# Want To Fix The Suns? Trade Amar'e For Marion



## Basel (Mar 31, 2005)

> It’s outlandish, it’s preposterous, it’s unthinkable and it’s just crazy enough that it might work.
> 
> Trade Amare Stoudemire straight up for Shawn Marion. The salaries work out according to ESPN.com’s trade machine.
> 
> ...


http://phoenix.fanster.com/2009/01/27/want-to-fix-the-suns-trade-amare-for-marion/


----------



## Hyperion (Dec 5, 2006)

This would be the weirdest and wildest trade season ever, but it could work. Marion runs, hustles, and rebounds. Basically everything the Suns aren't doing right now.


----------



## Dissonance (Jul 21, 2004)

Heat would have to include 2 unprotected 1sts/Beasley for me to consider this.


----------



## Zuca (Dec 4, 2003)

If it's about trading Amare for cap space, it's better to work on something like Amare and Barbosa for David Lee, Marbury expiring contract, Nate Robinson and a lottery protected 1st round pick from NY.


----------



## Dissonance (Jul 21, 2004)

Zuca said:


> If it's about trading Amare for cap space, it's better to work on something like Amare and Barbosa for David Lee, Marbury expiring contract, Nate Robinson and a lottery protected 1st round pick from NY.


It's not, though and won't ever be. He's only got 2 yrs left. He can opt out on one. If the Suns trade him, it's because of his attitude and/or unwillingness to sign another long term deal. They will want picks, young players (better than those you named) or known commodity, depending on what's out there.

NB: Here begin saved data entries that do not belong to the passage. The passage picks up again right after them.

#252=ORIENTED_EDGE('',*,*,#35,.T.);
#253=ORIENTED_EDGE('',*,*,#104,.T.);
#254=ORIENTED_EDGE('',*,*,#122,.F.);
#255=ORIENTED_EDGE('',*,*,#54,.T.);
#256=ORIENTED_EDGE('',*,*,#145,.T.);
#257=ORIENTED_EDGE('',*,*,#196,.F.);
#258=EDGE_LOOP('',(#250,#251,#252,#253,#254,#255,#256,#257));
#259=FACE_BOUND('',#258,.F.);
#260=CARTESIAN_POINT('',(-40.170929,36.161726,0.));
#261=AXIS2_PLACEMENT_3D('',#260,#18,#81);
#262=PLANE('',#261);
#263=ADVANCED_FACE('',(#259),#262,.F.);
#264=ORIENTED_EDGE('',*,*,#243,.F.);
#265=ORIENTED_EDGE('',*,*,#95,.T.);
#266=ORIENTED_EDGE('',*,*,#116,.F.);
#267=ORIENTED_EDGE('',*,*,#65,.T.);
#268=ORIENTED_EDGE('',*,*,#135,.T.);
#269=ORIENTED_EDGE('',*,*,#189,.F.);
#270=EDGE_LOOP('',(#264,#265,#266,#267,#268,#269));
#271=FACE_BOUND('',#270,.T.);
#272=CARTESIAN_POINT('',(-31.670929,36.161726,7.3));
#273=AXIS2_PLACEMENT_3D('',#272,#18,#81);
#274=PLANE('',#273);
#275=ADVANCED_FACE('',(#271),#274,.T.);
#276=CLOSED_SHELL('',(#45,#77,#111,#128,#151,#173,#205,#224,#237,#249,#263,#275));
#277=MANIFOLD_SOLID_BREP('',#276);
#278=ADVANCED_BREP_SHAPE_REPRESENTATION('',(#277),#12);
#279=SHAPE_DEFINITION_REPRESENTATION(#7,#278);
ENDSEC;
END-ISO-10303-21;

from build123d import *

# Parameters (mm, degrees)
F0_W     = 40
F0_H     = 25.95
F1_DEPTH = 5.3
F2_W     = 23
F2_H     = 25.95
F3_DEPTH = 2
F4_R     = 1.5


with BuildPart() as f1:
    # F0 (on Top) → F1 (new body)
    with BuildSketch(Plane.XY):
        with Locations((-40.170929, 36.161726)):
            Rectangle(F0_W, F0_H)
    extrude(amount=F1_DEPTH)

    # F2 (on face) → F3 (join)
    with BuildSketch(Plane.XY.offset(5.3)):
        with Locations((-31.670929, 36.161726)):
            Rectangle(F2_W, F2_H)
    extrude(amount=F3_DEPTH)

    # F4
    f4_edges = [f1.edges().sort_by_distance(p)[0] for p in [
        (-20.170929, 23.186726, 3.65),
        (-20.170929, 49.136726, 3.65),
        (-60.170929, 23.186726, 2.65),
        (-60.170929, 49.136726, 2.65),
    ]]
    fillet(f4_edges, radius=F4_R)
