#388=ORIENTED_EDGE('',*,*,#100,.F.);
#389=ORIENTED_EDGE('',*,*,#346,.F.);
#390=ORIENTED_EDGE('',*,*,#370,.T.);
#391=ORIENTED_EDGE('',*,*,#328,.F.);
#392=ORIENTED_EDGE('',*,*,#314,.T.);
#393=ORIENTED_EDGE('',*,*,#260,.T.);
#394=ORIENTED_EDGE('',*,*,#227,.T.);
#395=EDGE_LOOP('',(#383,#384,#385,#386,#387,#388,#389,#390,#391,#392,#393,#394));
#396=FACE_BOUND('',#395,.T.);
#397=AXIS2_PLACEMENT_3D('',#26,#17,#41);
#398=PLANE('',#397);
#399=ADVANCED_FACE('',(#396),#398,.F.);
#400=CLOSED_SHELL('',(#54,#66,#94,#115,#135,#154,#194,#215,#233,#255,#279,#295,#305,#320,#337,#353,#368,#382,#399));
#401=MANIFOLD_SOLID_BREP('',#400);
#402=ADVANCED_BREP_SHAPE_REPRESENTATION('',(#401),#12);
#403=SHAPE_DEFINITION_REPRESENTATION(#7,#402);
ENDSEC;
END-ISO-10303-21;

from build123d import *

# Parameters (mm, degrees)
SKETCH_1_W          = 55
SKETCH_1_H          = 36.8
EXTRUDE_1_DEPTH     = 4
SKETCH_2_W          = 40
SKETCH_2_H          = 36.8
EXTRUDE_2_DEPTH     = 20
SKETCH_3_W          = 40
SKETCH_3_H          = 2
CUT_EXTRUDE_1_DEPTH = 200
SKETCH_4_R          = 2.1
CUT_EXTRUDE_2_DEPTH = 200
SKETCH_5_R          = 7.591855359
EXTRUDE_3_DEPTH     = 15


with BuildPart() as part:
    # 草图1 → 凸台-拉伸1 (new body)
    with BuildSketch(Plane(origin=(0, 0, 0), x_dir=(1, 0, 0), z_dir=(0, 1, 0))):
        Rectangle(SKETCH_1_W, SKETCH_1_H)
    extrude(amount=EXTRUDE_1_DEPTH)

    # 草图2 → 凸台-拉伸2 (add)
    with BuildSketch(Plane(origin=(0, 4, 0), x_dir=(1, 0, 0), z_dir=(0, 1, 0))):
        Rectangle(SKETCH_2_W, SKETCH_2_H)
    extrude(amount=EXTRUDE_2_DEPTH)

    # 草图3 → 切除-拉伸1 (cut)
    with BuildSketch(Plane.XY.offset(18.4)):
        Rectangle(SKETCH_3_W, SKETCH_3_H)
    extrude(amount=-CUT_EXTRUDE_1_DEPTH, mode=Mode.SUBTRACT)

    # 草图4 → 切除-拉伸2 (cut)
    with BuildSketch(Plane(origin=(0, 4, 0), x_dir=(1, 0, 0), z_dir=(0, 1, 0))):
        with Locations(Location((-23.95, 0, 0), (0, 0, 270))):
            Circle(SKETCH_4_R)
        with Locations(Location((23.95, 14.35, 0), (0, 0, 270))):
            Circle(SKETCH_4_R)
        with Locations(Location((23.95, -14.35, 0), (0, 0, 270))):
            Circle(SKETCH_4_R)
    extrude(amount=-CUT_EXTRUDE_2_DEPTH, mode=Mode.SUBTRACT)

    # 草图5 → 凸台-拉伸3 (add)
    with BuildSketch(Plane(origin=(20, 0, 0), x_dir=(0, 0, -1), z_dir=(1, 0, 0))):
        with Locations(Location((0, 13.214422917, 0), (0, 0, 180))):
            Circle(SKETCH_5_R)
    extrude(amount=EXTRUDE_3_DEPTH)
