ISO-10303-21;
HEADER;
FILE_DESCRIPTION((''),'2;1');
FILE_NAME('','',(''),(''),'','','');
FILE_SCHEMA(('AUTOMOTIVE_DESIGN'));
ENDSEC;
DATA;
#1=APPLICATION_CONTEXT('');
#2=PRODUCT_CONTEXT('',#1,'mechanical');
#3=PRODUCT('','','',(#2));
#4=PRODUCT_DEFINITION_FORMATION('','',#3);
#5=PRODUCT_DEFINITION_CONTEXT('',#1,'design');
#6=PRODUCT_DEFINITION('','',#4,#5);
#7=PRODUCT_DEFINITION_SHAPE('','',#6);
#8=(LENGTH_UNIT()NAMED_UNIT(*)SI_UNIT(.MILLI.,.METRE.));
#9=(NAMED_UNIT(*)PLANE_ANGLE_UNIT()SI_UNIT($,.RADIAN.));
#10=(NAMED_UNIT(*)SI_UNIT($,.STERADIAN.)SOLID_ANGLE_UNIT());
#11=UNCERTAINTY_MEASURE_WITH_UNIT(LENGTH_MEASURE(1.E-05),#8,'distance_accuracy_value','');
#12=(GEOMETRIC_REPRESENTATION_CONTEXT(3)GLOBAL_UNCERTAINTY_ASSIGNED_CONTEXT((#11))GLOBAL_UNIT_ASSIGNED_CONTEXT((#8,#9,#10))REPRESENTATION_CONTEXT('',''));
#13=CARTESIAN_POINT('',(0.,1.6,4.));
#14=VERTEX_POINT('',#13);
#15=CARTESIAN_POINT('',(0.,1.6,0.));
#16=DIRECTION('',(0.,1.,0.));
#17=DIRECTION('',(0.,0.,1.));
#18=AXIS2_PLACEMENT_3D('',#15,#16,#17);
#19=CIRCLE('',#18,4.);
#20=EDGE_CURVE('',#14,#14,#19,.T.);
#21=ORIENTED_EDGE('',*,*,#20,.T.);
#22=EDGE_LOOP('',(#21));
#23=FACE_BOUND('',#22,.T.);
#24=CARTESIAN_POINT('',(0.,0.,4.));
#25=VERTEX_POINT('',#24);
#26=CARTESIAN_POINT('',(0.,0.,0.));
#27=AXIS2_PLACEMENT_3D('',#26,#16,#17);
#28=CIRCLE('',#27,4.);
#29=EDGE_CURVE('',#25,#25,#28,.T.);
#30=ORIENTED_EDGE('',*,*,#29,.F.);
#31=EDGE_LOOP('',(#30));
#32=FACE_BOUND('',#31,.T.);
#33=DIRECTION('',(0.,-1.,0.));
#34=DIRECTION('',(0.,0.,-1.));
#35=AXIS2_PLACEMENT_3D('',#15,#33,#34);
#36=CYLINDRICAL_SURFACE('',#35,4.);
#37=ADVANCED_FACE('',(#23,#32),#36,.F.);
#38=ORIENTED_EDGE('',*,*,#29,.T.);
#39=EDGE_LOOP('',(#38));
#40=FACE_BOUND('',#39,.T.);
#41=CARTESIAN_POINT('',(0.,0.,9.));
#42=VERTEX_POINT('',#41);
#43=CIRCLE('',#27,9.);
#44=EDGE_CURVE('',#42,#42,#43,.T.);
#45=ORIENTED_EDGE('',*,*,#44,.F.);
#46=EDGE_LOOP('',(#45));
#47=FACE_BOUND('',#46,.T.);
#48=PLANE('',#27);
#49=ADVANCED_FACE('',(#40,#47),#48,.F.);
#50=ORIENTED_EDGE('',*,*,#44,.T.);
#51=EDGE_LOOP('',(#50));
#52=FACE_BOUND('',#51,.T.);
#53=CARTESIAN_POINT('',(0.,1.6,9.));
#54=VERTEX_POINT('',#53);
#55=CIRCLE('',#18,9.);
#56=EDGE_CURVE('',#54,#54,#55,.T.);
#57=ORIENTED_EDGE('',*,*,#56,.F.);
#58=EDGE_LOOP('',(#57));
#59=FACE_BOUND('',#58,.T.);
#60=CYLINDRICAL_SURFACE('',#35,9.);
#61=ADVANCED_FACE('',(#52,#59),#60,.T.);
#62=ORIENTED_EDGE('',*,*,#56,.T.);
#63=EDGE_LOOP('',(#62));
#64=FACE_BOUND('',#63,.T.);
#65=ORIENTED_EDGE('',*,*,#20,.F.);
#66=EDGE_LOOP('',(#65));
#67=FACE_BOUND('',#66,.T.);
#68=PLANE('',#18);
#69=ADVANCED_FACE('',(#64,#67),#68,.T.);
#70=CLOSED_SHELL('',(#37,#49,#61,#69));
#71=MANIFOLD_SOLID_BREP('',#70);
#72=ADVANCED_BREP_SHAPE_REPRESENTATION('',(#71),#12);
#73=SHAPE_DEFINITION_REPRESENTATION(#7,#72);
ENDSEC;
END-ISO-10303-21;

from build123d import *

# Parameters (mm, degrees)
SKETCH_1_R      = 9
SKETCH_1_R_2    = 4
EXTRUDE_1_DEPTH = 1.6


with BuildPart() as part:
    # ｽｹｯﾁ1 → ﾎﾞｽ - 押し出し1 (new body)
    with BuildSketch(Plane(origin=(0, 0, 0), x_dir=(1, 0, 0), z_dir=(0, 1, 0))):
        with Locations(Location((0, 0, 0), (0, 0, 270))):
            Circle(SKETCH_1_R)
        with Locations(Location((0, 0, 0), (0, 0, 270))):
            Circle(SKETCH_1_R_2, mode=Mode.SUBTRACT)
    extrude(amount=EXTRUDE_1_DEPTH)


solid = part.part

NY couldn't trade their pick because they owe Jazz a 2010 one unprotected. Can't trade it 2 yrs in a row unless they make the pick for you.


----------



## Zuca (Dec 4, 2003)

Dissonance19 said:


> It's not, though and won't ever be.


I was talking about the Miami trade. I would rather a trade with NY (even without the extra 1st rounder) than a trade for Marion.


----------



## the rattler (Sep 15, 2006)

*cough*

Trade Amare for Marion? Sorry but we could get a much better deal than that and any deal that does involve Amare then I would be looking for a few first round draft picks...


----------



## NewAgeBaller (Jan 8, 2007)

I think its a good deal.


----------



## the rattler (Sep 15, 2006)

NewAgeBaller said:


> I think its a good deal.


What's a good deal? Amare straight up for Marion???

Please tell me you're joking or explain why???


----------



## bircan (Jul 17, 2005)

For KG? But realistically, we probably won't get anything of value, and will require essentially a top 3 pick and top 10, to build around for the future.

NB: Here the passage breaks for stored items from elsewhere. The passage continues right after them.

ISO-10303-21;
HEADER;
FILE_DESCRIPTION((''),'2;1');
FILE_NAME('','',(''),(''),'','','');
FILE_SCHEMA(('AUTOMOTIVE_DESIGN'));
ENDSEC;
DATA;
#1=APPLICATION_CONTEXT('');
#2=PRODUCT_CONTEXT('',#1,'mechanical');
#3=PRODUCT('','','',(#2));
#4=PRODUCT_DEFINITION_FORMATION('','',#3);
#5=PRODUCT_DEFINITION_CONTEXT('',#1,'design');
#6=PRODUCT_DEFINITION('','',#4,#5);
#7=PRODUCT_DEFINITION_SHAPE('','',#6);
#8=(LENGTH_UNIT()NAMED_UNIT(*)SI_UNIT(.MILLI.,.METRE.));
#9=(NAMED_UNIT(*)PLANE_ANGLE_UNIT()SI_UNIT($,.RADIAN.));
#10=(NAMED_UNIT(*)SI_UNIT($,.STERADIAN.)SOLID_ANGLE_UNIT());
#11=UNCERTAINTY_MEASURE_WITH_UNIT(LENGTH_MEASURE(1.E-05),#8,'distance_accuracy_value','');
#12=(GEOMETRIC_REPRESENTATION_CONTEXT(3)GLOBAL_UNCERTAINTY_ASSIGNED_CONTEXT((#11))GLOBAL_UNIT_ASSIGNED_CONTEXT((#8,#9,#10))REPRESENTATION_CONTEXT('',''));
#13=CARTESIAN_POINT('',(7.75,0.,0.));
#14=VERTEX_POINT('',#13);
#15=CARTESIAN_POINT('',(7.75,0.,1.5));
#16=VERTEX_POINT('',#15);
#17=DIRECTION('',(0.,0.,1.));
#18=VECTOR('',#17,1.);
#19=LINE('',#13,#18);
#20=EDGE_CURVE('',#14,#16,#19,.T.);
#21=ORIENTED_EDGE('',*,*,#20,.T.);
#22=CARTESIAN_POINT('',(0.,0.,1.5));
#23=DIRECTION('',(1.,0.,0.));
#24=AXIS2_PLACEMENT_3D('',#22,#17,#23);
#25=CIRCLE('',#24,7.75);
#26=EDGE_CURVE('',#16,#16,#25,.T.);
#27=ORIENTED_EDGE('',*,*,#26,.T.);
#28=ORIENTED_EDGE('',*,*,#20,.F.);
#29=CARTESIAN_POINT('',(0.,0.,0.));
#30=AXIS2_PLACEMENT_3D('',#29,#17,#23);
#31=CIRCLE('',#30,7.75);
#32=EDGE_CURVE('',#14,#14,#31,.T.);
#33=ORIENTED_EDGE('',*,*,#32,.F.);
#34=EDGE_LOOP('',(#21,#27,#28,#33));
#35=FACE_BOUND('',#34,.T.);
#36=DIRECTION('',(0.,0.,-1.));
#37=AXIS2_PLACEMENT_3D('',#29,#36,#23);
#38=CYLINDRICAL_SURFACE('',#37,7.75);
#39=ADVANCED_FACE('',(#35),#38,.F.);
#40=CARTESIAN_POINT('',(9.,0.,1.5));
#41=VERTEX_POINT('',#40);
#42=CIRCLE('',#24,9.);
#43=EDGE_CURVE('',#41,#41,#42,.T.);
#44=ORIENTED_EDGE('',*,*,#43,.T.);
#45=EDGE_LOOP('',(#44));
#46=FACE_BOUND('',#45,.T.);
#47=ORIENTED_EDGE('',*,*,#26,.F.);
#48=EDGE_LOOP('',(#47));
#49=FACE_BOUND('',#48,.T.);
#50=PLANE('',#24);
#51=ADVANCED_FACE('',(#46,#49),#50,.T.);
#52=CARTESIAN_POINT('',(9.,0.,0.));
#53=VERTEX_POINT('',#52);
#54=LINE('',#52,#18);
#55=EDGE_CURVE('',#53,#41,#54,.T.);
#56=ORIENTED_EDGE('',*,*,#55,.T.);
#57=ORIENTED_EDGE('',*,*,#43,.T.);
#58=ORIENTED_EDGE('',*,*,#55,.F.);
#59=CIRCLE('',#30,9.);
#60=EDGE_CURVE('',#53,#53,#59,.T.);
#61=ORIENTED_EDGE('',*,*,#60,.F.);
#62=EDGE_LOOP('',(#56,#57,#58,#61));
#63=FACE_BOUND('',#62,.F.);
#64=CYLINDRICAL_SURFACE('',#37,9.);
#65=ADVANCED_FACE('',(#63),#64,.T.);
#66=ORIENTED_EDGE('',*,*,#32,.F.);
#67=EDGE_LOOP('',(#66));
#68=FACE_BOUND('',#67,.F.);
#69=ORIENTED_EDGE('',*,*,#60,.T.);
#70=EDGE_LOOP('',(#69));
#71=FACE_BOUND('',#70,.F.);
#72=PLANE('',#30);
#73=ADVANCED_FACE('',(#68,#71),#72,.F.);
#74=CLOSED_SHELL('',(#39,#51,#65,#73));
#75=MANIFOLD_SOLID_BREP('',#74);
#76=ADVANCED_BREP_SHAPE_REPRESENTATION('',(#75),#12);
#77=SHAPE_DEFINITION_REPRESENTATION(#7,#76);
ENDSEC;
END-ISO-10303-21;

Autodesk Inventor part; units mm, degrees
ref_plane "YZ Plane" through (0, 0, 0) normal (1, 0, 0) x (0, 1, 0)
ref_plane "XZ Plane" through (0, 0, 0) normal (0, 1, 0) x (-1, 0, 0)
ref_plane "XY Plane" through (0, 0, 0) normal (0, 0, 1) x (1, 0, 0)
sketch "Sketch1" plane through (0, 0, 0) normal (0, 0, 1) x (1, 0, 0)
  circle A0 centre (0, 0) radius 7.75
  circle A1 centre (0, 0) radius 9
  dimension "d0" = 15.5
  dimension "d2" = 18
extrude "Extrusion1" add sketch "Sketch1" along normal blind 1.5
properties part number "hub washer"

Even if we get the Matrix back, the team still has no identity. The Heat will also have higher 1st round picks in the coming years, so not good for the 'top' of the class rookies. 

Having said that... The team still has a short term goal, and that would ideally be for the old team to get it's act together (more praying and waiting), or just catch out the playoff matchups and teams in a favourable manner. If we still make the playoffs of course!

If we still show such weakness as a team, especially if Amare doesn't at least improve his behaviour, then look for a sucker team to take him aboard and hand over those balls (lottery). Shaq will be great in the final year, Nash will still be very serviceable. The lottery pick/s can learn from these two great players, then form a team with J-Rich leading the way. A hustler like Barnes is still required on this team, so keep him around. The rest are probably easily expendable apart from the Last Samurai Amundson (I see a Varejao role). 

If the guy isn't likable by players and coaches, and doesn't show the willingness to learn, improve and become smarter then that's that with him. One more note, if he is going to continue to have significant holes in his game then what's the point in giving him max salary and stuffing up what else you can work with?


----------



## NewAgeBaller (Jan 8, 2007)

the rattler said:


> What's a good deal? Amare straight up for Marion???
> 
> Please tell me you're joking or explain why???


I'm a Heat fan. :biggrin:


----------



## bircan (Jul 17, 2005)

Too late in the season to honestly make a difference this year, IF it were to work.


----------



## Dre (Jun 20, 2003)

Not a good deal at all. You need to get a lot more for Amare. He goes from your cornerstone to a guy you trade to get back another player you traded?


----------